Now, I tried to plot the count of words used with #turtle. Unfortunately, while I was able to generate the graph, I could not get the y-axis with count to work correctly. It seemed to be setting all count to “1” and I tried several different graphs and attempted scaling, but could not determine why my integer count that I can see in the tibble did not translate to the graph.
turtle_words %>% count(word, sort = TRUE) %>% top_n(15) %>%
mutate(word = reorder(word, n)) %>% ggplot(aes(x = word, y = n)) +
geom_col() + xlab(NULL) + coord_flip() + labs(x = "Top Turtle Word Use",
y = "Count",
title = "Top Twitter Searches on #Turtle")
turtle_words %>% count(word, sort = TRUE) %>% top_n(15) %>%
mutate(word = reorder(word, n)) %>% ggplot(aes(x = word, y = n)) +
geom_col() + xlab(NULL) + coord_flip() + labs(x = "Top Turtle Word Use",
y = "Count",
title = "Top Twitter Searches on #Turtle") +
ylim(0, 10)
After looking at the words used in #turtle tweets I wanted to see if more information about these tweets could be gleaned by adding in the sentiment lexicon and looking at the tweets themselves based upon emotion attribute. It returned the list of common range of sentiments that you would expect to find.
turtle_words2 <- tt %>% select(status_id, text) %>%
filter(!str_detect(text, '^"')) %>%
mutate(text = str_replace_all(text,
"https:t.co/[A-Za-z\\d]+|&",
"")) %>%
unnest_tokens(word, text, token = "regex",
pattern = reg) %>%
filter(!word %in% stop_words$word, str_detect(
word, "[a-z]"))
nrc <- get_sentiments("nrc") %>%
select(word, sentiment)
head(nrc)
## # A tibble: 6 x 2
## word sentiment
## <chr> <chr>
## 1 abacus trust
## 2 abandon fear
## 3 abandon negative
## 4 abandon sadness
## 5 abandoned anger
## 6 abandoned fear
turtle_words2_sentiments <- turtle_words2 %>%
inner_join(nrc, by = "word")
turtle_words2_sentiments %>%
group_by(sentiment) %>% summarize(n = n()) %>%
arrange(desc(n))
## # A tibble: 10 x 2
## sentiment n
## <chr> <int>
## 1 positive 601
## 2 joy 303
## 3 anticipation 252
## 4 trust 238
## 5 negative 200
## 6 fear 111
## 7 surprise 104
## 8 sadness 95
## 9 disgust 69
## 10 anger 66
Next, I pulled the positive posts to look at them more closely. However, when I did that I found the selection seemed to consist of tweets about jewelry, which was not what I was looking for.

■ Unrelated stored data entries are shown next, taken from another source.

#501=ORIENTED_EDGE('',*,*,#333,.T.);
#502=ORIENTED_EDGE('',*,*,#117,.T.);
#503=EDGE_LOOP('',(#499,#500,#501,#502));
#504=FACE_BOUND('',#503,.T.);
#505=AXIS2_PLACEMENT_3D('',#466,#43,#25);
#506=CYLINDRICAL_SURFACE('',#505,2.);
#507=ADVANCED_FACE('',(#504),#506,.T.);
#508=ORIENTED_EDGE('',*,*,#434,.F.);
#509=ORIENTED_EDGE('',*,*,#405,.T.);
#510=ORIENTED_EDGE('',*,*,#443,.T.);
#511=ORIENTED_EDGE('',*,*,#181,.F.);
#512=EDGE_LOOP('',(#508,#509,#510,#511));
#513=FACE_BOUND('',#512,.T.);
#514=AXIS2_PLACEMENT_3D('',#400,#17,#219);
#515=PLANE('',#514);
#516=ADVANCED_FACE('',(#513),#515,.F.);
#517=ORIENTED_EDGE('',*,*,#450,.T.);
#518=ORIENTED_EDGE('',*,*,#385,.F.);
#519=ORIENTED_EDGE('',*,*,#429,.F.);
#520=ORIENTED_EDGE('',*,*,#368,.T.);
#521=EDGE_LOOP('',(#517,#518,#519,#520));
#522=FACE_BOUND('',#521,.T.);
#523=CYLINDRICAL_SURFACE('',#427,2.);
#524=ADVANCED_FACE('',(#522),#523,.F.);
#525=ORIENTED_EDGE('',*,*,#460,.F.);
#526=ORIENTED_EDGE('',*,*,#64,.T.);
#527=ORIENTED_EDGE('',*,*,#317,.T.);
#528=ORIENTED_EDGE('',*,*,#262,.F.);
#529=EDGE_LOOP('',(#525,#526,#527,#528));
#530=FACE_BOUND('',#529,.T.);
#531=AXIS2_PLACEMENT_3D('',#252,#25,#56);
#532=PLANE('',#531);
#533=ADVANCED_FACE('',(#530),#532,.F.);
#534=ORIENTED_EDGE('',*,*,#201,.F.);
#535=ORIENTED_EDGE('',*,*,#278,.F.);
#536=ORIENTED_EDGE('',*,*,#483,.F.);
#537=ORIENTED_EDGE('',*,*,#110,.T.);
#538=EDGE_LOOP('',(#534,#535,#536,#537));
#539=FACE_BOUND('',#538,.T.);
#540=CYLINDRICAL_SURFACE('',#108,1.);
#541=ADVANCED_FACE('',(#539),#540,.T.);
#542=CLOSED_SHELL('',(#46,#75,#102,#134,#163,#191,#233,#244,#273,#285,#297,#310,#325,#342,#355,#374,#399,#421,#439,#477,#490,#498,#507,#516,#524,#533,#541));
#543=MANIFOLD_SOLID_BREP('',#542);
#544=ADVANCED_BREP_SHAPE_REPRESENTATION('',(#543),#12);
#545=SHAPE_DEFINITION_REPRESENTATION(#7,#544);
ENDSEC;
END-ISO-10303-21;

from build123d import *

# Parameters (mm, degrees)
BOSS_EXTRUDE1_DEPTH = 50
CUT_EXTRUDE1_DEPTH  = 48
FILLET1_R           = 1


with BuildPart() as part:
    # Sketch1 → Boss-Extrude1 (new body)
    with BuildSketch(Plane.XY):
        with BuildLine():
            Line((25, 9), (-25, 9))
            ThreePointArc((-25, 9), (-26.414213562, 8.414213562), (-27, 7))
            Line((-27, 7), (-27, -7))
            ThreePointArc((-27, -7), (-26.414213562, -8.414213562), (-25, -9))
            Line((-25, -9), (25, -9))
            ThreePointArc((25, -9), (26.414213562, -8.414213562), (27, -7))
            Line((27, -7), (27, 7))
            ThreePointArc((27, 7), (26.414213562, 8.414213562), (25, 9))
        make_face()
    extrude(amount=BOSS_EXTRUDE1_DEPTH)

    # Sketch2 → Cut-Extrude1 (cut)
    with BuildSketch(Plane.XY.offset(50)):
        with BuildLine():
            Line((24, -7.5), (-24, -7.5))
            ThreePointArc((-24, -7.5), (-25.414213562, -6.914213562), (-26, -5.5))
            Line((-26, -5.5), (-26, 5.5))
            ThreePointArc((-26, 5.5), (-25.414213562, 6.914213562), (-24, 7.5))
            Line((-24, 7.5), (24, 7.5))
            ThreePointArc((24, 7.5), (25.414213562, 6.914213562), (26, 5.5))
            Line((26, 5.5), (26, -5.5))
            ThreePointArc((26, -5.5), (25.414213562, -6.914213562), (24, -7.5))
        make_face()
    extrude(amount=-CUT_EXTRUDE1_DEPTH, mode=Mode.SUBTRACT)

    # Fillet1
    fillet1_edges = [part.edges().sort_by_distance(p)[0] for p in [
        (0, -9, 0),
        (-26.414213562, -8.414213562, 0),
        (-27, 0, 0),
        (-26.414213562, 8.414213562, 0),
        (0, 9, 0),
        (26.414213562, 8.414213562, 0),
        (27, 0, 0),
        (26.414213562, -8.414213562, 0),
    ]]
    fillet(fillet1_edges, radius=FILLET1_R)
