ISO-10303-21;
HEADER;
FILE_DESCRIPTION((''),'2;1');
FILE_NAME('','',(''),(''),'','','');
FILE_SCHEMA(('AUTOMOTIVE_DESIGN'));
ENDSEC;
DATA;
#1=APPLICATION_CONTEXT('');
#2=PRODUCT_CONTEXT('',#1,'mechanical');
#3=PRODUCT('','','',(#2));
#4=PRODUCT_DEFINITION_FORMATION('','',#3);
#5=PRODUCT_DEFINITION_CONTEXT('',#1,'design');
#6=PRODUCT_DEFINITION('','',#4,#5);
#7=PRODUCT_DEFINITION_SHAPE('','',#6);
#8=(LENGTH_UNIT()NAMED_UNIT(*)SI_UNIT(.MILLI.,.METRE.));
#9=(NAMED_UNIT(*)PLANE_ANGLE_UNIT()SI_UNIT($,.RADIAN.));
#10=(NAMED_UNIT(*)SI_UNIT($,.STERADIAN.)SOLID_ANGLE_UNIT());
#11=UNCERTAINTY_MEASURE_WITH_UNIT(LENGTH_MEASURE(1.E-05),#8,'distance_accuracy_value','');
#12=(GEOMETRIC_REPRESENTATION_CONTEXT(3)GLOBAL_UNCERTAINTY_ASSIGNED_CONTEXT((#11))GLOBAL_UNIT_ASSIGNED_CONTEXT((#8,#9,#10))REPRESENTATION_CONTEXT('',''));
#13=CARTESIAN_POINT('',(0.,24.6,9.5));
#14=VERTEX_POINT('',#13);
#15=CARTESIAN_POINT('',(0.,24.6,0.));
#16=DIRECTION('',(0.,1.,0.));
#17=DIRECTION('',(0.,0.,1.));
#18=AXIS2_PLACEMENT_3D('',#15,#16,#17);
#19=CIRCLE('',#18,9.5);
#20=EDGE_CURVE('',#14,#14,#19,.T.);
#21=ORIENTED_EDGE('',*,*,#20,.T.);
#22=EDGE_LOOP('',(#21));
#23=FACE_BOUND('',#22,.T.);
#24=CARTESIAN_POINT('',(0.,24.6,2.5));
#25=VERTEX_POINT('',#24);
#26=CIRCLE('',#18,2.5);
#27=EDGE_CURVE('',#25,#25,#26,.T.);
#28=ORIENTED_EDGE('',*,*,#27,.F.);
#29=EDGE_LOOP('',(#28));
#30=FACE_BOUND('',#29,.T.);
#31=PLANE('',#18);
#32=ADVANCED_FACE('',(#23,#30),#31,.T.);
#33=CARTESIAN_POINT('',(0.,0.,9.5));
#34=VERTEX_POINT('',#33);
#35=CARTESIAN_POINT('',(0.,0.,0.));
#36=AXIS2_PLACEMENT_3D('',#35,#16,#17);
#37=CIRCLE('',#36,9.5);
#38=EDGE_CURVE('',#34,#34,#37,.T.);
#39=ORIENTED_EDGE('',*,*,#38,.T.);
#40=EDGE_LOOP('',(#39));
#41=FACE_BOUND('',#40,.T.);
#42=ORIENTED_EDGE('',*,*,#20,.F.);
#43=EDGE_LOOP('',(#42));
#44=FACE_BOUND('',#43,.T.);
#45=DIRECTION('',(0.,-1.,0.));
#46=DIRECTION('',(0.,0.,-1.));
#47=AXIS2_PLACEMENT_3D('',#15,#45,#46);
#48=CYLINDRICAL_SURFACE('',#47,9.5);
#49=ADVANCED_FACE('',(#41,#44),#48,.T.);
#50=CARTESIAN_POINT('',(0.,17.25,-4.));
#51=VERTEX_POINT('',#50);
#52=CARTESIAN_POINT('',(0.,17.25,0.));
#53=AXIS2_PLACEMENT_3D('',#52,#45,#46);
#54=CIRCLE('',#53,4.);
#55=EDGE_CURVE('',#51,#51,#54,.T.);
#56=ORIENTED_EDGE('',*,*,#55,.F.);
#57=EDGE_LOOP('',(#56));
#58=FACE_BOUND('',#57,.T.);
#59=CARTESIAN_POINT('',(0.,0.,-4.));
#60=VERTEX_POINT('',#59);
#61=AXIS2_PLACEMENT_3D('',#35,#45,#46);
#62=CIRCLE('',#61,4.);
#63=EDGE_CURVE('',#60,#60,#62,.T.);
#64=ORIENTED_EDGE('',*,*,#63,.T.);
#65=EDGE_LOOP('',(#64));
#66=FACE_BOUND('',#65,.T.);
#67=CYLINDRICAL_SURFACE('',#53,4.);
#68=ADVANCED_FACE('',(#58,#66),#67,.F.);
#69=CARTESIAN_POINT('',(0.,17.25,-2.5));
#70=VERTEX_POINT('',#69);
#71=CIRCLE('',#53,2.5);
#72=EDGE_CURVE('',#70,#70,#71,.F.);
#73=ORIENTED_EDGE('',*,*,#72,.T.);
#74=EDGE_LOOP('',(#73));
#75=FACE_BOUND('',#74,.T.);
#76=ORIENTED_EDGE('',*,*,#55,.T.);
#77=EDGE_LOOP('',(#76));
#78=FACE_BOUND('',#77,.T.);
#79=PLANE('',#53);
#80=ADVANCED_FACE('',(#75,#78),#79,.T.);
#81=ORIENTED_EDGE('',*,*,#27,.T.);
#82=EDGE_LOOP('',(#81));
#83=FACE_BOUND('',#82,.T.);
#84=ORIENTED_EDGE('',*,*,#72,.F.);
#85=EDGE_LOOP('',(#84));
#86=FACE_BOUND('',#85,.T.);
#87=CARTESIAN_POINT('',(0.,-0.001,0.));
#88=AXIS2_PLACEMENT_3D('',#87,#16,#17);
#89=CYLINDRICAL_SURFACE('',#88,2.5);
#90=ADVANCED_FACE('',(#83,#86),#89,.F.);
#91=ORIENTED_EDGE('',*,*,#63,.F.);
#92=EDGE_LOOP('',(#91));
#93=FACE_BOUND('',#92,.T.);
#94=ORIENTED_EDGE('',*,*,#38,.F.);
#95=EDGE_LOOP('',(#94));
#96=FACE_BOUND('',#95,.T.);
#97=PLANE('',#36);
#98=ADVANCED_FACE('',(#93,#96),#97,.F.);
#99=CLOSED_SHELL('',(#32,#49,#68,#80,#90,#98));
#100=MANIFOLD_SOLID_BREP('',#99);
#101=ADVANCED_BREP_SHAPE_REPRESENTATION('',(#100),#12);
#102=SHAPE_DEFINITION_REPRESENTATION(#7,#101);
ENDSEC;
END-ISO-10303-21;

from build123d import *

# Parameters (mm, degrees)
SKETCH1_R           = 9.5
COUPLING_BODY_DEPTH = 24.6
F_5MM_HOLE_REACH    = 26.6
SKETCH2_R           = 2.5
SKETCH3_R           = 4
F_8_MM_HOLE_DEPTH   = 17.25


with BuildPart() as part:
    # Sketch1 → coupling body (new body)
    with BuildSketch(Plane(origin=(0, 0, 0), x_dir=(1, 0, 0), z_dir=(0, 1, 0))):
        Circle(SKETCH1_R)
    extrude(amount=COUPLING_BODY_DEPTH)

    # Sketch2 → 5mm hole (cut, up to next)
    with BuildSketch(Plane(origin=(0, 24.6, 0), x_dir=(1, 0, 0), z_dir=(0, 1, 0)), mode=Mode.PRIVATE) as f_5mm_hole_sk1:
        Circle(SKETCH2_R)
    f_5mm_hole_tool1 = extrude(f_5mm_hole_sk1.sketch, amount=-F_5MM_HOLE_REACH, mode=Mode.PRIVATE) & part.part
    add(f_5mm_hole_tool1.solids().sort_by_distance((0, 24.6, 0))[0], mode=Mode.SUBTRACT)

    # Sketch3 → 8 mm hole (cut)
    with BuildSketch(Plane.XZ):
        Circle(SKETCH3_R)
    extrude(amount=-F_8_MM_HOLE_DEPTH, mode=Mode.SUBTRACT)


solid = part.part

pos_tt_id <- turtle_words2_sentiments %>%
filter(sentiment == "positive") %>% distinct(status_id)
tt %>% inner_join(pos_tt_id, by = "status_id") %>%
select(text) %>% slice(1:10)
## # A tibble: 10 x 1
## text
## <chr>
## 1 "Today's Routine:\n\nSunrise: 7:00 am\nBreakfast: 7:05 am\nDinner: 7:30 pm\n~
## 2 "Today's Routine:\n\nSunrise: 7:00 am\nBreakfast: 7:05 am\nDinner: 7:30 pm\n~
## 3 "Today's Routine:\n\nSunrise: 7:00 am\nBreakfast: 7:05 am\nDinner: 7:30 pm\n~
## 4 "Today's Routine:\n\nSunrise: 7:00 am\nBreakfast: 7:05 am\nDinner: 7:30 pm\n~
## 5 "Today's Routine:\n\nSunrise: 7:00 am\nBreakfast: 7:05 am\nDinner: 7:30 pm\n~
## 6 "Today's Routine:\n\nSunrise: 7:00 am\nBreakfast: 7:05 am\nDinner: 7:30 pm\n~
## 7 "Today's Routine:\n\nSunrise: 7:00 am\nBreakfast: 7:05 am\nDinner: 7:30 pm\n~
## 8 "Today's Routine:\n\nSunrise: 7:00 am\nBreakfast: 7:05 am\nDinner: 7:30 pm\n~
## 9 "Today's Routine:\n\nSunrise: 7:00 am\nBreakfast: 7:05 am\nDinner: 7:30 pm\n~
## 10 "Today's Routine:\n\nSunrise: 7:00 am\nBreakfast: 7:05 am\nDinner: 7:30 pm\n~
As the positive sentiment was pulling information not about real turtles, I thought looking at a sentiment more on the negative spectrum of emotions it might show a different picture. However, when looking at the sad sentiment, the returned tweets were the same jewelry ones found in the positive return.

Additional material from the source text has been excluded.